Extracted material -
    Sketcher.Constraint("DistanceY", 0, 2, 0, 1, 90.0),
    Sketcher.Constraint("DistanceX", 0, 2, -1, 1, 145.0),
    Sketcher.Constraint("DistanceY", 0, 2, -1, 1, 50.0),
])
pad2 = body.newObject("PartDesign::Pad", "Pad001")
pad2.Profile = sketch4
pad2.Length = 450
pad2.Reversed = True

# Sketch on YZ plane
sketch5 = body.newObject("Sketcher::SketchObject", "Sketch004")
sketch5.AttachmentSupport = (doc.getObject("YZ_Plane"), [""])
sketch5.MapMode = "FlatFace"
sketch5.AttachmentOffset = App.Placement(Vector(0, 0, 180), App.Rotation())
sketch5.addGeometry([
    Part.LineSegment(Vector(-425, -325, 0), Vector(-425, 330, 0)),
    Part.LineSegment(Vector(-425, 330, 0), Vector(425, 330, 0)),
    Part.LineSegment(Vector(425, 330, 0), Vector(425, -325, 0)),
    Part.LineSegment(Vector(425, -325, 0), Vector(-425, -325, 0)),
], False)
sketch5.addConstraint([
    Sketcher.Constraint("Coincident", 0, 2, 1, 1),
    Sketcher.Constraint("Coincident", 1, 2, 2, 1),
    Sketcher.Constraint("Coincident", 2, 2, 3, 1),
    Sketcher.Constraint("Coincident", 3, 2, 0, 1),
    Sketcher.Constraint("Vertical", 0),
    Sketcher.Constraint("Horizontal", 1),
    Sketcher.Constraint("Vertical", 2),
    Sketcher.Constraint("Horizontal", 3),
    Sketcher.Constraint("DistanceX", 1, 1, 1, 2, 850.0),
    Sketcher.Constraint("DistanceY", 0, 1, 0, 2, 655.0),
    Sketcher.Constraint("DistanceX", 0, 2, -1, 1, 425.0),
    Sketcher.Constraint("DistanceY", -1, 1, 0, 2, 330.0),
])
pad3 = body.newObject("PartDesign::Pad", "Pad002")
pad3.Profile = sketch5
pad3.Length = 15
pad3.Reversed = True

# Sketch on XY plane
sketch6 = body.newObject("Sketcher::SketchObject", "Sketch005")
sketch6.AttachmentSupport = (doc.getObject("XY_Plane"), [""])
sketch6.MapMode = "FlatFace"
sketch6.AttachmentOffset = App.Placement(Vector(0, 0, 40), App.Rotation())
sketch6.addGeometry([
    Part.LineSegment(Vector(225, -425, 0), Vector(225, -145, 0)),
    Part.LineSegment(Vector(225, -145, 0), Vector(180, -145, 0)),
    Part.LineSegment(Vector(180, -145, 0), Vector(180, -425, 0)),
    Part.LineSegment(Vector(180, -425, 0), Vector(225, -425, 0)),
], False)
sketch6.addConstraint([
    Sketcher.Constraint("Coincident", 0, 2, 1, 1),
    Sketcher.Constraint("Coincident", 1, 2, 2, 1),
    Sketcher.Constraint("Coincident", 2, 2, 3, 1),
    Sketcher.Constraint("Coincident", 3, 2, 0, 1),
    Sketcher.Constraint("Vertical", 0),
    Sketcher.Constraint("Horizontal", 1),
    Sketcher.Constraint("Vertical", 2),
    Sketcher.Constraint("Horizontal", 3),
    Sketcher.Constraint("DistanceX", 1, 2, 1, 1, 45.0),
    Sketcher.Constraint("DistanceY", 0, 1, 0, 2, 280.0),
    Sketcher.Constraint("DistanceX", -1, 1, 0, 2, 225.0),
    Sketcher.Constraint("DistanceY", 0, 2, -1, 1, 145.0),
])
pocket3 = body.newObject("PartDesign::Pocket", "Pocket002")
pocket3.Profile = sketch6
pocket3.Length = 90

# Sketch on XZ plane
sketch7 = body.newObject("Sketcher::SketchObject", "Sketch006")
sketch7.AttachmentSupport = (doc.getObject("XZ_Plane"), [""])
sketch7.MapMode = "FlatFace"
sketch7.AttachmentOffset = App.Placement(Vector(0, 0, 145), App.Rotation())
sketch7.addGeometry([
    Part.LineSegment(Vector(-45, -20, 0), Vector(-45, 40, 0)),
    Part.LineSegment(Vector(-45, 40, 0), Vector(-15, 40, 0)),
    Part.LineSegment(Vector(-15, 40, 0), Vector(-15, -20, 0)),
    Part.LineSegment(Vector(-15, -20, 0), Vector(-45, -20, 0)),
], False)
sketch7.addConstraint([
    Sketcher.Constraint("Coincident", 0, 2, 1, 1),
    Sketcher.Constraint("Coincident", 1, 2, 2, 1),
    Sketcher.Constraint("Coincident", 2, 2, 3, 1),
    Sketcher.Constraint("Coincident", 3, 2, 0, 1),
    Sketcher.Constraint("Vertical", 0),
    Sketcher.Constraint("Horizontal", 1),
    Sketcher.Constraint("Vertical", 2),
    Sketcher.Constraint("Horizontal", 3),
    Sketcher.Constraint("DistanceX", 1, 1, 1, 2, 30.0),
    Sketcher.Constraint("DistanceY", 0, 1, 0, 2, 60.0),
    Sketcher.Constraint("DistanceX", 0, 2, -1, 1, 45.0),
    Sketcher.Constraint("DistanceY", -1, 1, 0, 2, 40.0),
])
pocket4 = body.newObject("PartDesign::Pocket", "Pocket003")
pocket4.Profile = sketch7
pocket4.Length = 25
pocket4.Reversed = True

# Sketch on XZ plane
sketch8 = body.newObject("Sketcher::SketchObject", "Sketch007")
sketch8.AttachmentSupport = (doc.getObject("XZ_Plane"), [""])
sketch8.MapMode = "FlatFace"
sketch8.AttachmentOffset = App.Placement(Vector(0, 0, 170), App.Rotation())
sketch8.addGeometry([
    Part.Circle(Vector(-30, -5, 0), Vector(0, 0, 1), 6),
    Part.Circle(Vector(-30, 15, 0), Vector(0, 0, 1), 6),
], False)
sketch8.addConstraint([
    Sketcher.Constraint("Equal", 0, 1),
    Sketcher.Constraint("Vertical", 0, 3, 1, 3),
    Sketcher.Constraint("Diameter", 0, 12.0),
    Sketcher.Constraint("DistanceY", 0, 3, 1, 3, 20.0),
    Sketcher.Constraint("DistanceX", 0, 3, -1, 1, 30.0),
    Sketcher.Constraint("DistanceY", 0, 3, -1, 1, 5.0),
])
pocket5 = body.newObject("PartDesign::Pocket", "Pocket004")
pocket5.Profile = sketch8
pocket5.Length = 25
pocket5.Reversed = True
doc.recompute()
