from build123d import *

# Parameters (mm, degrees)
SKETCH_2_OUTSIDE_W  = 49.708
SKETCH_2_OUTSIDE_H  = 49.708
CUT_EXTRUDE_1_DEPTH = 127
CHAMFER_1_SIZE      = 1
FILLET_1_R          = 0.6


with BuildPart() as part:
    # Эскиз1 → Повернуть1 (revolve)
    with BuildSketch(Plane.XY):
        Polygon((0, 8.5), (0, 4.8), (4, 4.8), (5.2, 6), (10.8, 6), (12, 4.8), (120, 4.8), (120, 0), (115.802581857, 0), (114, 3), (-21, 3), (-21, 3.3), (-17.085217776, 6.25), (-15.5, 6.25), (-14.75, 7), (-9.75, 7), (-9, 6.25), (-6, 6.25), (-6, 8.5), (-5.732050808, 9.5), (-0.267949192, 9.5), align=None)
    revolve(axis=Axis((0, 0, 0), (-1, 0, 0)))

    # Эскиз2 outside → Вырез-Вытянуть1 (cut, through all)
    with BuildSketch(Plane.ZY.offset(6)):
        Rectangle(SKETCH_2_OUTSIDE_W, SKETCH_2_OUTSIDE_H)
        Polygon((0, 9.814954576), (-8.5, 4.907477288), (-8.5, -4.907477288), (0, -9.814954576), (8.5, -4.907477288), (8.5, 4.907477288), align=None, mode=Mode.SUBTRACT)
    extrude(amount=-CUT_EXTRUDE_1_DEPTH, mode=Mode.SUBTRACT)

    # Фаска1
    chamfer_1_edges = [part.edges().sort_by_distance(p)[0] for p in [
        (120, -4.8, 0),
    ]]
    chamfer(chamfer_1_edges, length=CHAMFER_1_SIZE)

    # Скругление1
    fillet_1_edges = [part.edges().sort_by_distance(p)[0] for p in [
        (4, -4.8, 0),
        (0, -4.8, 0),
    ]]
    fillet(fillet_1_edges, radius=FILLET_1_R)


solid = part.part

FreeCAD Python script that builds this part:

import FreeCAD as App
import Part
import Sketcher

V = App.Vector
Q = App.Units.Quantity


def edges_at(feature, points):
    """Names of the edges that pass closest to the given points."""
    edges = feature.Shape.Edges
    near = lambda p: min(range(len(edges)), key=lambda i: edges[i].distToShape(Part.Vertex(*p))[0])
    return sorted({f"Edge{near(p) + 1}" for p in points})

doc = App.newDocument("Part")
body = doc.addObject("PartDesign::Body", "Body")

# Sketch on XY plane
sketch1 = doc.addObject("Sketcher::SketchObject", "Sketch")
body.addObject(sketch1)
sketch1.AttachmentSupport = (doc.XY_Plane, [""])
sketch1.MapMode = "FlatFace"
sketch1.addGeometry(Part.LineSegment(V(0, 4.8, 0), V(0, 8.5, 0)), False)
sketch1.addGeometry(Part.LineSegment(V(0, 8.5, 0), V(-0.27, 9.5, 0)), False)
sketch1.addGeometry(Part.LineSegment(V(-0.27, 9.5, 0), V(-5.73, 9.5, 0)), False)
sketch1.addGeometry(Part.LineSegment(V(-5.73, 9.5, 0), V(-6, 8.5, 0)), False)
sketch1.addGeometry(Part.LineSegment(V(-6, 8.5, 0), V(-6, 6.25, 0)), False)
sketch1.addGeometry(Part.LineSegment(V(-6, 6.25, 0), V(-9, 6.25, 0)), False)
sketch1.addGeometry(Part.LineSegment(V(-9, 6.25, 0), V(-9.75, 7, 0)), False)
sketch1.addGeometry(Part.LineSegment(V(-9.75, 7, 0), V(-14.75, 7, 0)), False)
sketch1.addGeometry(Part.LineSegment(V(-14.75, 7, 0), V(-15.5, 6.25, 0)), False)
sketch1.addGeometry(Part.LineSegment(V(-15.5, 6.25, 0), V(-17.09, 6.25, 0)), False)
sketch1.addGeometry(Part.LineSegment(V(-17.09, 6.25, 0), V(-21, 3.3, 0)), False)
sketch1.addGeometry(Part.LineSegment(V(-21, 3.3, 0), V(-21, 3, 0)), False)
sketch1.addGeometry(Part.LineSegment(V(-21, 3, 0), V(114, 3, 0)), False)
sketch1.addGeometry(Part.LineSegment(V(114, 3, 0), V(115.8, 0, 0)), False)
sketch1.addGeometry(Part.LineSegment(V(115.8, 0, 0), V(120, 0, 0)), False)
sketch1.addGeometry(Part.LineSegment(V(120, 0, 0), V(120, 4.8, 0)), False)
sketch1.addGeometry(Part.LineSegment(V(120, 4.8, 0), V(12, 4.8, 0)), False)
sketch1.addGeometry(Part.LineSegment(V(12, 4.8, 0), V(10.8, 6, 0)), False)
sketch1.addGeometry(Part.LineSegment(V(10.8, 6, 0), V(5.2, 6, 0)), False)
sketch1.addGeometry(Part.LineSegment(V(5.2, 6, 0), V(4, 4.8, 0)), False)
sketch1.addGeometry(Part.LineSegment(V(4, 4.8, 0), V(0, 4.8, 0)), False)
sketch1.addConstraint(Sketcher.Constraint("Coincident", 0, 2, 1, 1))
sketch1.addConstraint(Sketcher.Constraint("Coincident", 1, 2, 2, 1))
sketch1.addConstraint(Sketcher.Constraint("Coincident", 2, 2, 3, 1))
sketch1.addConstraint(Sketcher.Constraint("Coincident", 3, 2, 4, 1))
sketch1.addConstraint(Sketcher.Constraint("Coincident", 4, 2, 5, 1))
sketch1.addConstraint(Sketcher.Constraint("Coincident", 5, 2, 6, 1))
sketch1.addConstraint(Sketcher.Constraint("Coincident", 6, 2, 7, 1))
sketch1.addConstraint(Sketcher.Constraint("Coincident", 7, 2, 8, 1))
sketch1.addConstraint(Sketcher.Constraint("Coincident", 8, 2, 9, 1))
sketch1.addConstraint(Sketcher.Constraint("Coincident", 9, 2, 10, 1))
sketch1.addConstraint(Sketcher.Constraint("Coincident", 10, 2, 11, 1))
sketch1.addConstraint(Sketcher.Constraint("Coincident", 11, 2, 12, 1))
sketch1.addConstraint(Sketcher.Constraint("Coincident", 12, 2, 13, 1))
sketch1.addConstraint(Sketcher.Constraint("Coincident", 13, 2, 14, 1))
sketch1.addConstraint(Sketcher.Constraint("Coincident", 14, 2, 15, 1))
sketch1.addConstraint(Sketcher.Constraint("Coincident", 15, 2, 16, 1))
sketch1.addConstraint(Sketcher.Constraint("Coincident", 16, 2, 17, 1))
sketch1.addConstraint(Sketcher.Constraint("Coincident", 17, 2, 18, 1))
sketch1.addConstraint(Sketcher.Constraint("Coincident", 18, 2, 19, 1))
sketch1.addConstraint(Sketcher.Constraint("Coincident", 19, 2, 20, 1))
sketch1.addConstraint(Sketcher.Constraint("Coincident", 20, 2, 0, 1))
sketch1.addConstraint(Sketcher.Constraint("Vertical", 0))
sketch1.addConstraint(Sketcher.Constraint("Horizontal", 2))
sketch1.addConstraint(Sketcher.Constraint("Vertical", 4))
sketch1.addConstraint(Sketcher.Constraint("Horizontal", 5))
sketch1.addConstraint(Sketcher.Constraint("Horizontal", 7))
sketch1.addConstraint(Sketcher.Constraint("Horizontal", 9))
sketch1.addConstraint(Sketcher.Constraint("Vertical", 11))
sketch1.addConstraint(Sketcher.Constraint("Horizontal", 12))
sketch1.addConstraint(Sketcher.Constraint("Horizontal", 14))
sketch1.addConstraint(Sketcher.Constraint("Vertical", 15))
sketch1.addConstraint(Sketcher.Constraint("Horizontal", 16))
sketch1.addConstraint(Sketcher.Constraint("Horizontal", 18))
sketch1.addConstraint(Sketcher.Constraint("Horizontal", 20))
sketch1.addConstraint(Sketcher.Constraint("PointOnObject", 0, 2, -2))
sketch1.addConstraint(Sketcher.Constraint("PointOnObject", 13, 2, -1))
sketch1.addConstraint(Sketcher.Constraint("Perpendicular", 6, 8))
sketch1.addConstraint(Sketcher.Constraint("Perpendicular", 8, 17))
sketch1.addConstraint(Sketcher.Constraint("Perpendicular", 17, 19))
sketch1.addConstraint(Sketcher.Constraint("Horizontal", 0, 2, 3, 2))
sketch1.addConstraint(Sketcher.Constraint("Horizontal", 5, 2, 8, 2))
sketch1.addConstraint(Sketcher.Constraint("Horizontal", 16, 2, 19, 2))
sketch1.addConstraint(Sketcher.Constraint("Equal", 1, 3))
sketch1.addConstraint(Sketcher.Constraint("Equal", 6, 8))
sketch1.addConstraint(Sketcher.Constraint("DistanceX", 5, 2, 5, 1, Q("3 mm")))
sketch1.addConstraint(Sketcher.Constraint("DistanceX", 7, 2, 7, 1, Q("5 mm")))
sketch1.addConstraint(Sketcher.Constraint("DistanceX", 12, 1, 12, 2, Q("135 mm")))
sketch1.addConstraint(Sketcher.Constraint("DistanceX", 16, 2, 16, 1, Q("108 mm")))
sketch1.addConstraint(Sketcher.Constraint("DistanceX", 20, 2, 20, 1, Q("4 mm")))
sketch1.addConstraint(Sketcher.Constraint("Angle", 1, Q("105 deg")))
sketch1.addConstraint(Sketcher.Constraint("Angle", 10, Q("-143 deg")))
sketch1.addConstraint(Sketcher.Constraint("Angle", 13, Q("-59 deg")))
sketch1.addConstraint(Sketcher.Constraint("DistanceX", 18, 2, 18, 1, Q("5.6 mm")))
sketch1.addConstraint(Sketcher.Constraint("DistanceY", 0, 1, 0, 2, Q("3.7 mm")))
sketch1.addConstraint(Sketcher.Constraint("DistanceY", 11, 2, 11, 1, Q("0.3 mm")))
sketch1.addConstraint(Sketcher.Constraint("DistanceY", 15, 1, 15, 2, Q("4.8 mm")))
sketch1.addConstraint(Sketcher.Constraint("DistanceX", 3, 2, -1, 1, Q("6 mm")))
sketch1.addConstraint(Sketcher.Constraint("DistanceY", -1, 1, 6, 2, Q("7 mm")))
sketch1.addConstraint(Sketcher.Constraint("DistanceX", 10, 2, -1, 1, Q("21 mm")))
sketch1.addConstraint(Sketcher.Constraint("DistanceY", -1, 1, 11, 2, Q("3 mm")))
sketch1.addConstraint(Sketcher.Constraint("DistanceX", -1, 1, 14, 2, Q("120 mm")))
sketch1.addConstraint(Sketcher.Constraint("DistanceY", 0, 2, 1, 2, Q("1 mm")))
sketch1.addConstraint(Sketcher.Constraint("DistanceY", 4, 2, 4, 1, Q("2.25 mm")))
revolution = doc.addObject("PartDesign::Revolution", "Revolution")
body.addObject(revolution)
revolution.Profile = sketch1
revolution.ReferenceAxis = (sketch1, ["H_Axis"])
revolution.Angle = 360

# Sketch on YZ plane
sketch2 = doc.addObject("Sketcher::SketchObject", "Sketch001")
body.addObject(sketch2)
sketch2.AttachmentSupport = (doc.YZ_Plane, [""])
sketch2.MapMode = "FlatFace"
sketch2.AttachmentOffset = App.Placement(V(0, 0, -6), App.Rotation())
sketch2.addGeometry(Part.LineSegment(V(25, -25, 0), V(-25, -25, 0)), False)
sketch2.addGeometry(Part.LineSegment(V(-25, -25, 0), V(-25, 25, 0)), False)
sketch2.addGeometry(Part.LineSegment(V(-25, 25, 0), V(25, 25, 0)), False)
sketch2.addGeometry(Part.LineSegment(V(25, 25, 0), V(25, -25, 0)), False)
sketch2.addGeometry(Part.LineSegment(V(5, -8, 0), V(10, 0, 0)), False)
sketch2.addGeometry(Part.LineSegment(V(10, 0, 0), V(5, 8, 0)), False)
sketch2.addGeometry(Part.LineSegment(V(5, 8, 0), V(-5, 8, 0)), False)
sketch2.addGeometry(Part.LineSegment(V(-5, 8, 0), V(-10, 0, 0)), False)
sketch2.addGeometry(Part.LineSegment(V(-10, 0, 0), V(-5, -8, 0)), False)
sketch2.addGeometry(Part.LineSegment(V(-5, -8, 0), V(5, -8, 0)), False)
sketch2.addConstraint(Sketcher.Constraint("Coincident", 0, 2, 1, 1))
sketch2.addConstraint(Sketcher.Constraint("Coincident", 1, 2, 2, 1))
sketch2.addConstraint(Sketcher.Constraint("Coincident", 2, 2, 3, 1))
sketch2.addConstraint(Sketcher.Constraint("Coincident", 3, 2, 0, 1))
sketch2.addConstraint(Sketcher.Constraint("Coincident", 4, 2, 5, 1))
sketch2.addConstraint(Sketcher.Constraint("Coincident", 5, 2, 6, 1))
sketch2.addConstraint(Sketcher.Constraint("Coincident", 6, 2, 7, 1))
sketch2.addConstraint(Sketcher.Constraint("Coincident", 7, 2, 8, 1))
sketch2.addConstraint(Sketcher.Constraint("Coincident", 8, 2, 9, 1))
sketch2.addConstraint(Sketcher.Constraint("Coincident", 9, 2, 4, 1))
sketch2.addConstraint(Sketcher.Constraint("Horizontal", 0))
sketch2.addConstraint(Sketcher.Constraint("Vertical", 1))
sketch2.addConstraint(Sketcher.Constraint("Horizontal", 2))
sketch2.addConstraint(Sketcher.Constraint("Vertical", 3))
sketch2.addConstraint(Sketcher.Constraint("Horizontal", 6))
sketch2.addConstraint(Sketcher.Constraint("Horizontal", 9))
sketch2.addConstraint(Sketcher.Constraint("Symmetric", 0, 2, 2, 2, -1, 1))
sketch2.addConstraint(Sketcher.Constraint("Symmetric", 4, 2, 7, 2, -1, 1))
sketch2.addConstraint(Sketcher.Constraint("Symmetric", 5, 2, 8, 2, -1, 1))
sketch2.addConstraint(Sketcher.Constraint("PointOnObject", 4, 2, -1))
sketch2.addConstraint(Sketcher.Constraint("Parallel", 4, 7))
sketch2.addConstraint(Sketcher.Constraint("Vertical", 6, 2, 8, 2))
sketch2.addConstraint(Sketcher.Constraint("Equal", 2, 1))
sketch2.addConstraint(Sketcher.Constraint("Angle", 4, Q("60 deg")))
sketch2.addConstraint(Sketcher.Constraint("DistanceY", 8, 2, 6, 2, Q("17 mm")))
sketch2.addConstraint(Sketcher.Constraint("DistanceX", 0, 2, 0, 1, Q("49.708 mm")))
sketch2.addConstraint(Sketcher.Constraint("DistanceX", 6, 2, 6, 1, Q("9.814955 mm")))
pocket1 = doc.addObject("PartDesign::Pocket", "Pocket")
body.addObject(pocket1)
pocket1.Profile = sketch2
pocket1.Type = "ThroughAll"
pocket1.Reversed = True
doc.recompute()

chamfer = doc.addObject("PartDesign::Chamfer", "Chamfer")
body.addObject(chamfer)
chamfer.Base = (pocket1, edges_at(pocket1, [(120, -4.8, 0)]))
chamfer.Size = 1
doc.recompute()

fillet = doc.addObject("PartDesign::Fillet", "Fillet")
body.addObject(fillet)
fillet.Base = (chamfer, edges_at(chamfer, [(4, -4.8, 0), (0, -4.8, 0)]))
fillet.Radius = 0.6

doc.recompute()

What you need to do - Where a line in the records above contains the string "with", copy that line.

Finished exercise -
with BuildPart() as part:
    with BuildSketch(Plane.XY):
    with BuildSketch(Plane.ZY.offset(6)):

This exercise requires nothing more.